Du 1er janvier au 20 juillet 2004 le CRIF a dénombré 281 actes antisémites (dont 71 agressions physiques), soit 1,4 par jour en moyenne (dont 0,3 agressions). Certains, sans doute, ne sont pas déclarés. La répartition est la suivante :

Le site du CRIF donne des indications sur chaque acte. Beaucoup sont des manifestations d’« incivilité » ou sont le fait de détraqués dont certains cherchent la notoriété médiatique qu'on leur accorde trop facilement. Parmi les coupables d'agressions ou de profanations on trouve, outre ceux dont on relève le « physique maghrébin », de ces skinheads qui prétendent défendre une « culture occidentale » dont ils n'ont pas la moindre notion.

Tout acte antisémite, tout acte raciste est un acte de trop ; je n'entends ici ni les relativiser, ni minimiser leur gravité. Mais il y a loin entre les données du CRIF et ce que j'ai lu dans ce journal américain qui parlait de « douze agressions antisémites par jour en France ». Qui a donc intérêt à dénigrer de la sorte notre pays, et dans quel but ?

Durant à peu près la même période, du 1er janvier au 1er juillet 2004, le terrorisme a tué en Israël 61 personnes et il en a blessé 195 (source : Ministère israélien des affaires étrangères). Il serait ridicule d'en conclure qu'Israël est antisémite.

Certains, transposant le discours d'avant-guerre sur la France « enjuivée », prétendent que la France est devenue « un pays arabe ». Comparons : les arabes israéliens représentent 16 % de la population d'Israël alors que les Français de culture musulmane représentent 7 % de la population française. Mais personne ne prétendra, ce me semble, qu'Israël est un pays arabe.

*  *

L'antisémitisme a eu sa place dans l'histoire de notre pays. A la charnière des XIXe et XXe siècles l’antisémitisme fut en France le fait de ceux, nombreux, qui refusaient la République – et, avec elle, l’émancipation des juifs en 1791 – au nom d’une idéologie nationaliste fondée sur le sol et sur le sang. L’affaire Dreyfus se situe dans la continuité du boulangisme. L'antisémitisme était alors répandu dans le clergé, l’armée, la noblesse, la bourgeoisie, bref dans les « bons milieux », comme dans les milieux populaires de tendance réactionnaire.
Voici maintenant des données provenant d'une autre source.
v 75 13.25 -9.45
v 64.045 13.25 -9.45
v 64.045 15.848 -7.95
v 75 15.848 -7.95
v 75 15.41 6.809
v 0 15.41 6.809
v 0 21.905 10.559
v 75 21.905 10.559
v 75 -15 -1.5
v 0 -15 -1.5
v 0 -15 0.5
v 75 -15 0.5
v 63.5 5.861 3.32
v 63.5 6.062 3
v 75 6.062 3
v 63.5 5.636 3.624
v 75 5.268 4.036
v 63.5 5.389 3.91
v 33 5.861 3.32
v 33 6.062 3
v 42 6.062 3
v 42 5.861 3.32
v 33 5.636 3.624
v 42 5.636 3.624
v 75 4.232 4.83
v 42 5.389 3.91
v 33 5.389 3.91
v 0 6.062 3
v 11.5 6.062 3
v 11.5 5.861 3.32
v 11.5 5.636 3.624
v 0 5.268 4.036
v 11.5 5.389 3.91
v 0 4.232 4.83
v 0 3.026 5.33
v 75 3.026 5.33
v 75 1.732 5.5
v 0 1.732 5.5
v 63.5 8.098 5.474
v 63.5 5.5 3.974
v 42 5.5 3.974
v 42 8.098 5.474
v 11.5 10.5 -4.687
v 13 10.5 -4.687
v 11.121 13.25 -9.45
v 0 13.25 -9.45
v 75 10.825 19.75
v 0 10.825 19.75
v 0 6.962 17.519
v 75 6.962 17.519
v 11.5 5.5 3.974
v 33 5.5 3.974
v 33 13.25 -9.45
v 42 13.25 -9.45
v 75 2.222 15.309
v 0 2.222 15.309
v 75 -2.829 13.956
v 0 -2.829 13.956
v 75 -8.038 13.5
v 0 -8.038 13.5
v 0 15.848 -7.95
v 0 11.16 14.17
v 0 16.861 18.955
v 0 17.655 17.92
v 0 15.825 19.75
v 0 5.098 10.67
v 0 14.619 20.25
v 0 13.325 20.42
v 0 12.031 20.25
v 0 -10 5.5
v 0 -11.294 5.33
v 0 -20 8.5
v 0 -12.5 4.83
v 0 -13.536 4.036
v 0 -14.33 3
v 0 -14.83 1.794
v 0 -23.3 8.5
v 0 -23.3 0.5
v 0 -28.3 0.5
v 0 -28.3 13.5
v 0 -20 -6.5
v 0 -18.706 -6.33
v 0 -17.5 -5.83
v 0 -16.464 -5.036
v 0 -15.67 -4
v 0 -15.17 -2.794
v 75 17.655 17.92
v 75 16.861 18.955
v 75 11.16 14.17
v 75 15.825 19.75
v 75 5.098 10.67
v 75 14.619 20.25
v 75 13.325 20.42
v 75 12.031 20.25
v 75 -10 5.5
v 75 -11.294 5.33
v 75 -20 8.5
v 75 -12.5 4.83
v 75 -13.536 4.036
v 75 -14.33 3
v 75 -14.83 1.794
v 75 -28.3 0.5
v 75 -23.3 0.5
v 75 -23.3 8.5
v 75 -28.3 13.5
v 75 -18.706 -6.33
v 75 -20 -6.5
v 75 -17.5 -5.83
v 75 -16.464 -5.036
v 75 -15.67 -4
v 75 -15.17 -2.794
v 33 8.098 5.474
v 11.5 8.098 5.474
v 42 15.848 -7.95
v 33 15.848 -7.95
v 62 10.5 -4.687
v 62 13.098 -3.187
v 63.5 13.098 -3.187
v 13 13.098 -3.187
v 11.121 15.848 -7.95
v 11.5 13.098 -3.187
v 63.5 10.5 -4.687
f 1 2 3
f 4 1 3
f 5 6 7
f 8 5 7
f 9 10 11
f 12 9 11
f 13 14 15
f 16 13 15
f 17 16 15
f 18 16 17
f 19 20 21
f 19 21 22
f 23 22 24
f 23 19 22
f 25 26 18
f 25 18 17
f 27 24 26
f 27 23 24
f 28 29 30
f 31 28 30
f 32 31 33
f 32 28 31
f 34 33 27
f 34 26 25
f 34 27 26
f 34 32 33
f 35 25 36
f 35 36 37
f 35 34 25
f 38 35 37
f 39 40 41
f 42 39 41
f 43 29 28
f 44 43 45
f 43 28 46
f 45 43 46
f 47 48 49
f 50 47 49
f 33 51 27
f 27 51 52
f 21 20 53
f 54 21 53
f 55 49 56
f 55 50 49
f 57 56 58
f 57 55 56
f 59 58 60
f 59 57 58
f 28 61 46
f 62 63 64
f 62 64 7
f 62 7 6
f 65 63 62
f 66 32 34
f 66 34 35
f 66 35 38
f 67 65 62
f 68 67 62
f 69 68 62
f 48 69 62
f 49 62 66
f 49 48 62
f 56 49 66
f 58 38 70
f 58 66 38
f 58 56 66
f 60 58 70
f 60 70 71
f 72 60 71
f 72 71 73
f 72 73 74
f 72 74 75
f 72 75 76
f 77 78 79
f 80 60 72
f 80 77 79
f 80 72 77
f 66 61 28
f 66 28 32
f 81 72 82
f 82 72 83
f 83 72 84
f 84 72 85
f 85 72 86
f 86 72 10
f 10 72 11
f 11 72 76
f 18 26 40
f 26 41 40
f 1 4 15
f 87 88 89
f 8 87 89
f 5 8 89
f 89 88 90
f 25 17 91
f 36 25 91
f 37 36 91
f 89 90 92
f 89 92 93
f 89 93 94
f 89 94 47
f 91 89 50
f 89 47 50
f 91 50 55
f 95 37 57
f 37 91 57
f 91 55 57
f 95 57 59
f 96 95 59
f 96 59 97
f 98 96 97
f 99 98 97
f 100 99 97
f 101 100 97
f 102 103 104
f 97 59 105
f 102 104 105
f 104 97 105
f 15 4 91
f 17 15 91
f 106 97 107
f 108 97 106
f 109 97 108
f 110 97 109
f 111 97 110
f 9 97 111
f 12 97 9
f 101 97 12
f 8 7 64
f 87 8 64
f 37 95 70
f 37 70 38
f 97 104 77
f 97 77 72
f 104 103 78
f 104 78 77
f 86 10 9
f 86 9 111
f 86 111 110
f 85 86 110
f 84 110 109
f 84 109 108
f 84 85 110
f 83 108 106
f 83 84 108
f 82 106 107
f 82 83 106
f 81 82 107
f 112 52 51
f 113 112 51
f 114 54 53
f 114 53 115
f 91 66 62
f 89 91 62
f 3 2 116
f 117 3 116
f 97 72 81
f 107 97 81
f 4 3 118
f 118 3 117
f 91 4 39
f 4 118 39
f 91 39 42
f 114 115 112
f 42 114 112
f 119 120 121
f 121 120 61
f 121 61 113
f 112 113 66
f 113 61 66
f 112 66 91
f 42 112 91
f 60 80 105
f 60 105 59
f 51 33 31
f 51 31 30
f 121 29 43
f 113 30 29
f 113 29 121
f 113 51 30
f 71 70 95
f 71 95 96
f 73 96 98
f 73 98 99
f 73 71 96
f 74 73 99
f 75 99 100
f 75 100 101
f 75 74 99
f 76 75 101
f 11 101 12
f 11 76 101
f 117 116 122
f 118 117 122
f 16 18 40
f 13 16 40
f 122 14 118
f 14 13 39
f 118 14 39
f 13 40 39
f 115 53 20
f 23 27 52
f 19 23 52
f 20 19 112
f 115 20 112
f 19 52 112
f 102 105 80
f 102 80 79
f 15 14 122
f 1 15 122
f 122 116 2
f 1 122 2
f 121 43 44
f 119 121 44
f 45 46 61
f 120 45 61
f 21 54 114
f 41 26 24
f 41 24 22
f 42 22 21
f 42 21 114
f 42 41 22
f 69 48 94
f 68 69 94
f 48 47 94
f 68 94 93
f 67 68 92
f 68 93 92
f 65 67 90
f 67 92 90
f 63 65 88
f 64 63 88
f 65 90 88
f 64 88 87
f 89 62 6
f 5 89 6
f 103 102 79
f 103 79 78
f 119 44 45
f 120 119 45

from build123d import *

# Parameters (mm, degrees)
F1_DEPTH      = 75
F2_W          = 3.3
F2_H          = 5
F3_DEPTH      = 75
F5_DEPTH      = 3
F6_ANGLE      = -30
F7_W          = 15
F7_H          = 8
F8_DEPTH      = 75
F9_R          = 5
F10_T1_DEPTH  = 75
F10_T6_DEPTH  = 82.2168783649
F10_T11_DEPTH = 82.2168783649
F10_T17_DEPTH = 89.4337567297
F10_T23_DEPTH = 82.2168783649
F10_T25_DEPTH = 100
F11_R         = 30


# Not quite as in the source:
# - a fillet or chamfer that OpenCascade refuses, or shapes differently, is made with other operations: its cross-section is extruded or revolved along the edge and cut away or added


with BuildPart() as f1:
    # F0 (on Right) → F1 (new body)
    with BuildSketch(Plane.YZ):
        Polygon((3, 13.5), (0, 13.5), (0, -13), (3, -13), (3, 8.5), (10, 8.5), (10, 0), (17.5, 0), (17.5, 13.5), (10, 13.5), align=None)
    extrude(amount=F1_DEPTH)

    # F4 (on Front) → F5 (cut, through all)
    with BuildSketch(Plane.XZ):
        Polygon((11.5, 2.5), (11.5, -7.5), (13, -7.5), (11.1212156062, -13), (33, -13), (33, -7.4999375637), (33, 2.5), align=None)
        Polygon((63.5, 2.5), (42, 2.5), (42, -7.4999375637), (42, -13), (64.044855535, -13), (62, -7.5), (63.5, -7.5), align=None)
    extrude(amount=-F5_DEPTH, mode=Mode.SUBTRACT)


with BuildPart() as f3:
    # F2 (on Right) → F3 (new body)
    with BuildSketch(Plane.YZ):
        Polygon((-23.3, 13.5), (-28.3, 13.5), (-28.3, 0.5), (-23.3, 0.5), (-23.3, 8.5), align=None)
        with Locations((-21.65, 11)):
            Rectangle(F2_W, F2_H)
        Polygon((-15, 13.5), (-20, 13.5), (-20, 8.5), (-20, -6.5), (-15, -6.5), align=None)
    extrude(amount=F3_DEPTH)


with BuildPart() as f1_1:
    # F6: moved
    add(f1.part.rotate(Axis((37.5, 0, 13.5), (-1, 0, 0)), F6_ANGLE))


    add(f3.part)  # F8 merges F3
    # F7 (on Right) → F8 (join)
    with BuildSketch(Plane.YZ):
        with Locations((-7.5, 9.5)):
            Rectangle(F7_W, F7_H)
        Polygon((5.764299538, 5.5), (0, 13.5), (0, 5.5), align=None)
    extrude(amount=F8_DEPTH)

    # F9
    f9_edges = [f1_1.edges().sort_by_distance(p)[0] for p in [
        (37.5, 15.155445, 22.25),
    ]]
    fillet(f9_edges, radius=F9_R)

    # F10: fillet of radius 5 on 3 edges, made by hand

    # F10_s2 → F10_t1 (join)
    with BuildSketch(Plane.YZ):
        with BuildLine():
            ThreePointArc((-10, 5.5), (-13.5355339059, 4.0355339059), (-15, 0.5))
            Line((-15, 0.5), (-15, 5.5))
            Line((-15, 5.5), (-10, 5.5))
        make_face()
    extrude(amount=F10_T1_DEPTH)


with BuildPart() as f10_tool4:
    # F10_s5 → F10_t6 (new body)
    with BuildSketch(Plane.YZ):
        with BuildLine():
            ThreePointArc((6.0621778265, 3), (4.2320508076, 4.8301270189), (1.7320508076, 5.5))
            Line((1.7320508076, 5.5), (4.6188021535, 5.5))
            Line((4.6188021535, 5.5), (6.0621778265, 3))
        make_face()
    extrude(amount=F10_T6_DEPTH)

    split(bisect_by=Plane.YZ.offset(11.5), keep=Keep.BOTTOM)


with BuildPart() as f1_2:
    add(f1_1.part)

    # F10_t3: union F10_tool4
    add(f10_tool4.part)


with BuildPart() as f10_tool9:
    # F10_s10 → F10_t11 (new body)
    with BuildSketch(Plane.YZ.offset(-7.2168783649)):
        with BuildLine():
            ThreePointArc((6.0621778265, 3), (4.2320508076, 4.8301270189), (1.7320508076, 5.5))
            Line((1.7320508076, 5.5), (4.6188021535, 5.5))
            Line((4.6188021535, 5.5), (6.0621778265, 3))
        make_face()
    extrude(amount=F10_T11_DEPTH)

    split(bisect_by=Plane(origin=(0, -0.3456714755, 0.5987205584), x_dir=(1, 0, 0), z_dir=(0, -0.5, 0.8660254038)), keep=Keep.TOP)

    split(bisect_by=Plane.YZ.offset(11.5), keep=Keep.TOP)


with BuildPart() as f1_3:
    add(f1_2.part)

    # F10_t8: union F10_tool9
    add(f10_tool9.part)


with BuildPart() as f10_tool15:
    # F10_s16 → F10_t17 (new body)
    with BuildSketch(Plane.YZ.offset(-7.2168783649)):
        with BuildLine():
            ThreePointArc((6.0621778265, 3), (4.2320508076, 4.8301270189), (1.7320508076, 5.5))
            Line((1.7320508076, 5.5), (4.6188021535, 5.5))
            Line((4.6188021535, 5.5), (6.0621778265, 3))
        make_face()
    extrude(amount=F10_T17_DEPTH)

    split(bisect_by=Plane.YZ.offset(42), keep=Keep.BOTTOM)

    split(bisect_by=Plane.YZ.offset(33), keep=Keep.TOP)


with BuildPart() as f1_4:
    add(f1_3.part)

    # F10_t14: union F10_tool15
    add(f10_tool15.part)


with BuildPart() as f10_tool21:
    # F10_s22 → F10_t23 (new body)
    with BuildSketch(Plane.YZ.offset(-7.2168783649)):
        with BuildLine():
            ThreePointArc((6.0621778265, 3), (4.2320508076, 4.8301270189), (1.7320508076, 5.5))
            Line((1.7320508076, 5.5), (4.6188021535, 5.5))
            Line((4.6188021535, 5.5), (6.0621778265, 3))
        make_face()
    extrude(amount=F10_T23_DEPTH)

    split(bisect_by=Plane.YZ.offset(63.5), keep=Keep.TOP)


with BuildPart() as f1_5:
    add(f1_4.part)

    # F10_t20: union F10_tool21
    add(f10_tool21.part)

    # F10_s26 → F10_t25 (cut)
    with BuildSketch(Plane.YZ.offset(-12.5)):
        with BuildLine():
            ThreePointArc((-15, -1.5), (-16.4644660941, -5.0355339059), (-20, -6.5))
            Line((-20, -6.5), (-15, -6.5))
            Line((-15, -6.5), (-15, -1.5))
        make_face()
    extrude(amount=F10_T25_DEPTH, mode=Mode.SUBTRACT)

    # F11
    f11_edges = [f1_5.edges().sort_by_distance(p)[0] for p in [
        (37.5, 0, 13.5),
    ]]
    fillet(f11_edges, radius=F11_R)


solid = f1_5.part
La législation antisémite de Vichy ne fut pas imposée par l’occupant mais voulue par cette fraction de la population, dont l'accès au pouvoir à l'occasion de la défaite avait été pour Charles Maurras une « divine surprise » (voir Zeev Sternhell, La France entre nationalisme et fascisme, trois volumes, Fayard 2000, et aussi A propos de l’extrême droite).

D'autres pays que le nôtre ont été antisémites : l'Allemagne nazie bien sûr, la Russie des tsars puis des soviets, mais aussi les Etats-Unis où les universités avaient imposé un quota pour limiter le nombre des étudiants juifs[3], ce que n'ont jamais fait les universités françaises (mise à part bien sûr la période de l'occupation allemande).
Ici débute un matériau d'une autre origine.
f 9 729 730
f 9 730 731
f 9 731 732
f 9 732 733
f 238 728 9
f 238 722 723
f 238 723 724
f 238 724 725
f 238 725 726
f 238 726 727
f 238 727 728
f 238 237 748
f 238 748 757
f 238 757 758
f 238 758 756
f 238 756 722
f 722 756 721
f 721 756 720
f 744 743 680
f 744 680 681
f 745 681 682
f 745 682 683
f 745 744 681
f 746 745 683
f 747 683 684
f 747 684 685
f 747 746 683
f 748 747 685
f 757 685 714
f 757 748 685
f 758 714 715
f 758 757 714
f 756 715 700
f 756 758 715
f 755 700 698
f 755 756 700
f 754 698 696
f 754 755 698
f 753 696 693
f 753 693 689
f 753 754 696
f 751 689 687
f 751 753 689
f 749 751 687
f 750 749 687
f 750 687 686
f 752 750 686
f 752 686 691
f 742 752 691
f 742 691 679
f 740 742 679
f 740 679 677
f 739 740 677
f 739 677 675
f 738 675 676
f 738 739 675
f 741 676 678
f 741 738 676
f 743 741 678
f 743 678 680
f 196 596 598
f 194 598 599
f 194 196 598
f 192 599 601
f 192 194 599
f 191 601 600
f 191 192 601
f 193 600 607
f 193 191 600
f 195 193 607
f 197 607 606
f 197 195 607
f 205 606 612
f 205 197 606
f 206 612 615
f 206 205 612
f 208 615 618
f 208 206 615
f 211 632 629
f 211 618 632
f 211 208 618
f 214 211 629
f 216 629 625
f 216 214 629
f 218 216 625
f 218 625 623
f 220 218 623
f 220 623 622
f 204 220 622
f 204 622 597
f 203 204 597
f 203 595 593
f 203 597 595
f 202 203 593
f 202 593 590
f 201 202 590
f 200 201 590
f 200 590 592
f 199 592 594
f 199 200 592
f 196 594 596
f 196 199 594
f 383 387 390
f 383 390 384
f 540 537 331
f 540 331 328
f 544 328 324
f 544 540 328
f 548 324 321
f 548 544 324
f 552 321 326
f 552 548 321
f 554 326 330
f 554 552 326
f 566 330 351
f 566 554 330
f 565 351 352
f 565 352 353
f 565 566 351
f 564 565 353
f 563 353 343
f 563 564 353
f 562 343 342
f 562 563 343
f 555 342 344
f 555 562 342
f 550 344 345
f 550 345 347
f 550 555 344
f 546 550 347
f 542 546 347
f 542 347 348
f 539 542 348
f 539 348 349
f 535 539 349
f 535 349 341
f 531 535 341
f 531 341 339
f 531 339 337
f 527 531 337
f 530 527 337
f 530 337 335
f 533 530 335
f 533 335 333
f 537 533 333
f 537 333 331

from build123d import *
Depuis les choses ont évolué, dans ces pays-là comme en France. On ne voit plus chez nous de ces Messieurs qui aimaient à casser les vitrines des commerçants juifs à coup de canne. Ceux qui accusent la France, ou l’Europe, de préparer aujourd'hui la « solution finale » du « problème juif » poursuivent, sous le masque de l’indignation vertueuse, un objectif géopolitique qu’ils se gardent d’expliciter[4].

*  *

Les inégalités, discriminations et mauvais traitements dont les femmes sont victimes sont intolérables. De même, l'acte antisémite nous révolte autant que tout autre acte raciste. Le raciste veut nous couper de l'humanité. L'antisémite cherche, en outre, à mutiler notre identité : les cultures d'origine chrétienne et musulmane s'enracinent en effet dans le judaïsme  (voir A propos de l’antisémitisme).

Je suppose que quelques-unes des phrases que contient cette fiche auront choqué certaines personnes, tant est grand le prestige de la « Political Correctness ». Nous avons pris la mauvaise habitude de préférer l'émotion à l'exactitude. Mais pour pouvoir lutter efficacement contre les pervers, ne faut-il pas d’abord être exact ?
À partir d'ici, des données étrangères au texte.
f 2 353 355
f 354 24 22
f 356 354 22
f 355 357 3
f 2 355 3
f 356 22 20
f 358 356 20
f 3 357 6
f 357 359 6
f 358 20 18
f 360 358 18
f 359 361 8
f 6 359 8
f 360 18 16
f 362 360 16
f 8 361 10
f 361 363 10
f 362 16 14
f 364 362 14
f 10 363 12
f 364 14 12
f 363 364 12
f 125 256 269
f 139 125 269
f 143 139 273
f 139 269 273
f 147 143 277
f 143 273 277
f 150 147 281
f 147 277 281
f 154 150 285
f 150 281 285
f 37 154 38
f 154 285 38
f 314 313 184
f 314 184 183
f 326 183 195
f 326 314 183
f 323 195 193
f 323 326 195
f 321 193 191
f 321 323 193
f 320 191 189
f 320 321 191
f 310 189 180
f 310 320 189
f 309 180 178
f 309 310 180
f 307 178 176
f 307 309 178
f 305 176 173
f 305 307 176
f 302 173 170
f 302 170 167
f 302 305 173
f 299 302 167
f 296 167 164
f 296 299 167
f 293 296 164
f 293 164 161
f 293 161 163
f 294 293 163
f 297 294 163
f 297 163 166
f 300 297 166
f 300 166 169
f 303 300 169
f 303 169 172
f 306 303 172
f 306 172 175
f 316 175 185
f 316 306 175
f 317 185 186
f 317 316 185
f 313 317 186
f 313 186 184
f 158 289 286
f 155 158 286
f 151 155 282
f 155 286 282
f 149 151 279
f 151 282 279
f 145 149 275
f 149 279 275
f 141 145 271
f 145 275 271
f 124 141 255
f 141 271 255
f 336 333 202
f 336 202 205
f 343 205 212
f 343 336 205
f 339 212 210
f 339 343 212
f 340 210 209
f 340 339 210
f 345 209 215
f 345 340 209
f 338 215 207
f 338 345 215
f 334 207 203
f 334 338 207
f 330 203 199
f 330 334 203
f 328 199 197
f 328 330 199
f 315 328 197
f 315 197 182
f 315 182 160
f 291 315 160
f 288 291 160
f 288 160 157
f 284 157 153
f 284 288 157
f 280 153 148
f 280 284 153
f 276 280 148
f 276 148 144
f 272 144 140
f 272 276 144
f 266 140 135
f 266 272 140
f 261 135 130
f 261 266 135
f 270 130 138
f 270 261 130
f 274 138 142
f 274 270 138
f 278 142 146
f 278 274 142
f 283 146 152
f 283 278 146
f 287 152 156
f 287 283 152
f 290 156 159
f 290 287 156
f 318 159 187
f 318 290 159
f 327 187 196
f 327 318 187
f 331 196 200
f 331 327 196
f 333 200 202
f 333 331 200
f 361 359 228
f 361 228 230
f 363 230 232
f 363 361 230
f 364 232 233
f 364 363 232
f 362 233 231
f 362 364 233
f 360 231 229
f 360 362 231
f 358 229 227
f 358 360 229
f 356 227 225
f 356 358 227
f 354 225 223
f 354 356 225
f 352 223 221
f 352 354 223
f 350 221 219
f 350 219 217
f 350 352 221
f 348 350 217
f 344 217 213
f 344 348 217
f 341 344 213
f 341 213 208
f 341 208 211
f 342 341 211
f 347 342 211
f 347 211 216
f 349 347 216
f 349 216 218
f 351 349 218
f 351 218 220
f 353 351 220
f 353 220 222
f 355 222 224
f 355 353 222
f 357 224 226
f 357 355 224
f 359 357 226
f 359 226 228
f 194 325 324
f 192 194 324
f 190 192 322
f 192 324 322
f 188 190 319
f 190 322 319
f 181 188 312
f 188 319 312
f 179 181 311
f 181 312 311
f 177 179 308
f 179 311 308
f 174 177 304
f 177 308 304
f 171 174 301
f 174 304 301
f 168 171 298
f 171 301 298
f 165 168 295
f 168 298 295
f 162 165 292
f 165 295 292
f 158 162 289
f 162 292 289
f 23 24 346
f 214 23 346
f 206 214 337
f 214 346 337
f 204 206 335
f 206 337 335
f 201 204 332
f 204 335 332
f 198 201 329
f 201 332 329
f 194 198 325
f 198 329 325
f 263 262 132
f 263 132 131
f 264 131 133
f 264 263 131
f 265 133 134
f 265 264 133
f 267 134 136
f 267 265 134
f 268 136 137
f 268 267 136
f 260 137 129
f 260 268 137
[1] Gilles Pison, « Tous les pays du monde (2003) », Population & sociétés, n° 392, juillet-août 2003.

[2] Jean-Claude Chesnais, « Les morts violentes dans le monde », Population & sociétés, n° 395, novembre 2003.

[3] Voir James Gleick, Genius: The Life and Science of Richard Feynman, Vintage Books 1993.

[4] Voir par exemple Jean-Claude Milner, Les penchants criminels de l’Europe démocratique, Verdier 2003.